■ WHAT YOU WILL DO ■
From the entries below, return only the lines starting at the one that contains "BOSS_EXTRUDE1_DEPTH = 4" and ending at the one that contains "# Sketch2 →", exactly as they stand.

■ Stored data entries ■
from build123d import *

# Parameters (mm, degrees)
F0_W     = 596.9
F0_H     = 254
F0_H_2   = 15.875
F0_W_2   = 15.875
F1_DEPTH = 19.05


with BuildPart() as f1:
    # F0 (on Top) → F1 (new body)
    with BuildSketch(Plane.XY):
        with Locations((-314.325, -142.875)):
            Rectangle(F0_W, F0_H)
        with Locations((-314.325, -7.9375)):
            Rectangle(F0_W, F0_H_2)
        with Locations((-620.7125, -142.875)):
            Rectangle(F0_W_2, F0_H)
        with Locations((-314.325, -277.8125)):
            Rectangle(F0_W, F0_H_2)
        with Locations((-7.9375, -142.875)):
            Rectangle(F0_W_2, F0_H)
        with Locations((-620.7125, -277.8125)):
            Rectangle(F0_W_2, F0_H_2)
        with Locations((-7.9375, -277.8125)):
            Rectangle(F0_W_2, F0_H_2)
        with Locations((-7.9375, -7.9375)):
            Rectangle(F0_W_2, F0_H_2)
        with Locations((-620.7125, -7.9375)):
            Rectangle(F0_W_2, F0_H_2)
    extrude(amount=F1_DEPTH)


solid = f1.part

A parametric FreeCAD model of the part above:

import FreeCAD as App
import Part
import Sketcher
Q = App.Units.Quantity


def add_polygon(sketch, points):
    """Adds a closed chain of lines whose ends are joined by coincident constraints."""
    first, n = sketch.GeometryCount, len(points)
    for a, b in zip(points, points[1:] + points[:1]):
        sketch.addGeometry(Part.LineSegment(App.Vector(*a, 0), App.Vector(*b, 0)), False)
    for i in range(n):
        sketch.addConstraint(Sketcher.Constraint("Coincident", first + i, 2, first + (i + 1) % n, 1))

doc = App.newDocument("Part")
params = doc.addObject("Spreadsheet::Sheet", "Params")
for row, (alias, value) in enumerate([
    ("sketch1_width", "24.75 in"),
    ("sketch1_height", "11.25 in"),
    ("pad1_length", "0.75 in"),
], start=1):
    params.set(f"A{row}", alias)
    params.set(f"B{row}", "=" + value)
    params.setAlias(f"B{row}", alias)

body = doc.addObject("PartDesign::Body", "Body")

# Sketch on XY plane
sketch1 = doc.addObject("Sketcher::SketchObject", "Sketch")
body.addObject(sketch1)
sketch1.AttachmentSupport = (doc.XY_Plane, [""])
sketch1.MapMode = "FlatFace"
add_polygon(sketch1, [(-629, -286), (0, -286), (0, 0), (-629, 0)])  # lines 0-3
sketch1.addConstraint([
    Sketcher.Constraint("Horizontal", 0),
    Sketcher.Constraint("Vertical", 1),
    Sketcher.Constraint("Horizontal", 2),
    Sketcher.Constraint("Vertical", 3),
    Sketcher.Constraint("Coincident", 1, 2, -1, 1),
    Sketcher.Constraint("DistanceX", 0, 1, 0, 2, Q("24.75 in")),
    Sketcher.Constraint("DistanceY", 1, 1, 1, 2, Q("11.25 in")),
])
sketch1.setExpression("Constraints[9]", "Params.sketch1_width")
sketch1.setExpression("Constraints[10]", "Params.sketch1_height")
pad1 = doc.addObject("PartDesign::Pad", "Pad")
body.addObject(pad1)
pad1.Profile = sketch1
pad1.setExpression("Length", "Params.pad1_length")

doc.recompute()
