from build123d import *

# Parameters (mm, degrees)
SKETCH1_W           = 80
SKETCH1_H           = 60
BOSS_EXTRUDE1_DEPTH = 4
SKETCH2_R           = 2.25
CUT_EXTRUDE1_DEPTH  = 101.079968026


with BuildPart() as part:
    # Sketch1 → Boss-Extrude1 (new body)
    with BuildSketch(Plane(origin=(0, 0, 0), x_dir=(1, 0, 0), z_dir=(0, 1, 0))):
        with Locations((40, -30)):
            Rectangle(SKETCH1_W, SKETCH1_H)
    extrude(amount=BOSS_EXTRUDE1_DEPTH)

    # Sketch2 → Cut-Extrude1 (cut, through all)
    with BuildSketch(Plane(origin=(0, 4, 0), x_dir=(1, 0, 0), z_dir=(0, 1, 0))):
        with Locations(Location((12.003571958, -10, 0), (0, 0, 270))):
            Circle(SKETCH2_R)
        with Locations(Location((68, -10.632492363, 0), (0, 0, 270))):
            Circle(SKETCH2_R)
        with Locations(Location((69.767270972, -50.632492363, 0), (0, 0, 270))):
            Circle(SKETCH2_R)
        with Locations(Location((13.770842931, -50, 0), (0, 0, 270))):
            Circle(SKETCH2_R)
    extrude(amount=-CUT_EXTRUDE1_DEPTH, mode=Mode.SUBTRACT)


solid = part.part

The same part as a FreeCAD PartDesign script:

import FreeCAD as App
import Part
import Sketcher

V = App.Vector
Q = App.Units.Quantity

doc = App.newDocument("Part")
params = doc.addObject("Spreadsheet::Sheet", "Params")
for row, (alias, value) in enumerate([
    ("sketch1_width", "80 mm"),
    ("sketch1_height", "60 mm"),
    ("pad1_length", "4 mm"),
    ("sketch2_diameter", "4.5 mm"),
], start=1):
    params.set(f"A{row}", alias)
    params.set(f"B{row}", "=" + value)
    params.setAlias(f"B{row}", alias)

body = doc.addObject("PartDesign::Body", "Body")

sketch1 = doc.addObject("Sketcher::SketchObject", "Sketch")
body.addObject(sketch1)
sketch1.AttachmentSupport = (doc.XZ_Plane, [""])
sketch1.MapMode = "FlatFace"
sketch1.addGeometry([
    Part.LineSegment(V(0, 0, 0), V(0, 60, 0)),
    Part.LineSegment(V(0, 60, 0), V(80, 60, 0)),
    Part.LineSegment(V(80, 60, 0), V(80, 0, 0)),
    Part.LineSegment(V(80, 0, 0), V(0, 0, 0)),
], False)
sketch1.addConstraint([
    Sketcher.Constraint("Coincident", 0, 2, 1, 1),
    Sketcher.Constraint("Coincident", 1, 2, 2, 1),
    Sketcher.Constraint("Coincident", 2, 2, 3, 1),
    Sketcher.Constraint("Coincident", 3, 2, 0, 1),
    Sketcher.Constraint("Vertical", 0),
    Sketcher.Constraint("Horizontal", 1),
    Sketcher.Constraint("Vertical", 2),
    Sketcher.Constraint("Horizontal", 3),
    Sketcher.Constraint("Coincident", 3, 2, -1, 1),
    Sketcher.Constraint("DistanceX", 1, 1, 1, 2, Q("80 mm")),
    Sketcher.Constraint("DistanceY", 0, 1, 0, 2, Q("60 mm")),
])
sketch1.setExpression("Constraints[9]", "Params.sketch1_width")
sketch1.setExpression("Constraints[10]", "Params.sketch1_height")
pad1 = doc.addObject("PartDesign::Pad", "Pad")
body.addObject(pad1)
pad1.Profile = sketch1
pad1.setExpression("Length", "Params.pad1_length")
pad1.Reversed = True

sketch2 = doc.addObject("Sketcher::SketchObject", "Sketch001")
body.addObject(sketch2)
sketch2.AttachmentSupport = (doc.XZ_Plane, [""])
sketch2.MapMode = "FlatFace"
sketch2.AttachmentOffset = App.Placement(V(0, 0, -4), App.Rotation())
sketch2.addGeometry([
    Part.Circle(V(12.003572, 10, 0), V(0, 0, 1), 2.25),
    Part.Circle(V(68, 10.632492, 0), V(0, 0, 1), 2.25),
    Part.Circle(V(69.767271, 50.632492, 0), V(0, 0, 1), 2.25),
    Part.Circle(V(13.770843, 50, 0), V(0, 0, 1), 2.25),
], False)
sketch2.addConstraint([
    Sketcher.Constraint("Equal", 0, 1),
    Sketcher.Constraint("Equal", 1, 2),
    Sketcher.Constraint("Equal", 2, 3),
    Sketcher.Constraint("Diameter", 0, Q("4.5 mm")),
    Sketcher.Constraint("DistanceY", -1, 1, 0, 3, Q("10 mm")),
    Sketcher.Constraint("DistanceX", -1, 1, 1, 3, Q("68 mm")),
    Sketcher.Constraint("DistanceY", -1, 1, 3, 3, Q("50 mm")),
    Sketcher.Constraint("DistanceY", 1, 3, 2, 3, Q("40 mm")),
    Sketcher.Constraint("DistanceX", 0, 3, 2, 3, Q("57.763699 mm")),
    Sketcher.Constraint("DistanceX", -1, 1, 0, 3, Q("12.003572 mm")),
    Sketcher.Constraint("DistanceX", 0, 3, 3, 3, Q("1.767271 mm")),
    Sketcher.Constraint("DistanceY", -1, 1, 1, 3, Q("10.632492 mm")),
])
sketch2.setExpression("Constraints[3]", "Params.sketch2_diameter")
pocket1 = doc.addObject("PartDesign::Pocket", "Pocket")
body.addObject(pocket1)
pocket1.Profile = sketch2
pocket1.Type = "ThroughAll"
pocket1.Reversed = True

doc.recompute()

■ RESPONSE TO THIS EXERCISE ■
BOSS_EXTRUDE1_DEPTH = 4
SKETCH2_R           = 2.25
CUT_EXTRUDE1_DEPTH  = 101.079968026


with BuildPart() as part:
    # Sketch1 → Boss-Extrude1 (new body)
    with BuildSketch(Plane(origin=(0, 0, 0), x_dir=(1, 0, 0), z_dir=(0, 1, 0))):
        with Locations((40, -30)):
            Rectangle(SKETCH1_W, SKETCH1_H)
    extrude(amount=BOSS_EXTRUDE1_DEPTH)

    # Sketch2 → Cut-Extrude1 (cut, through all)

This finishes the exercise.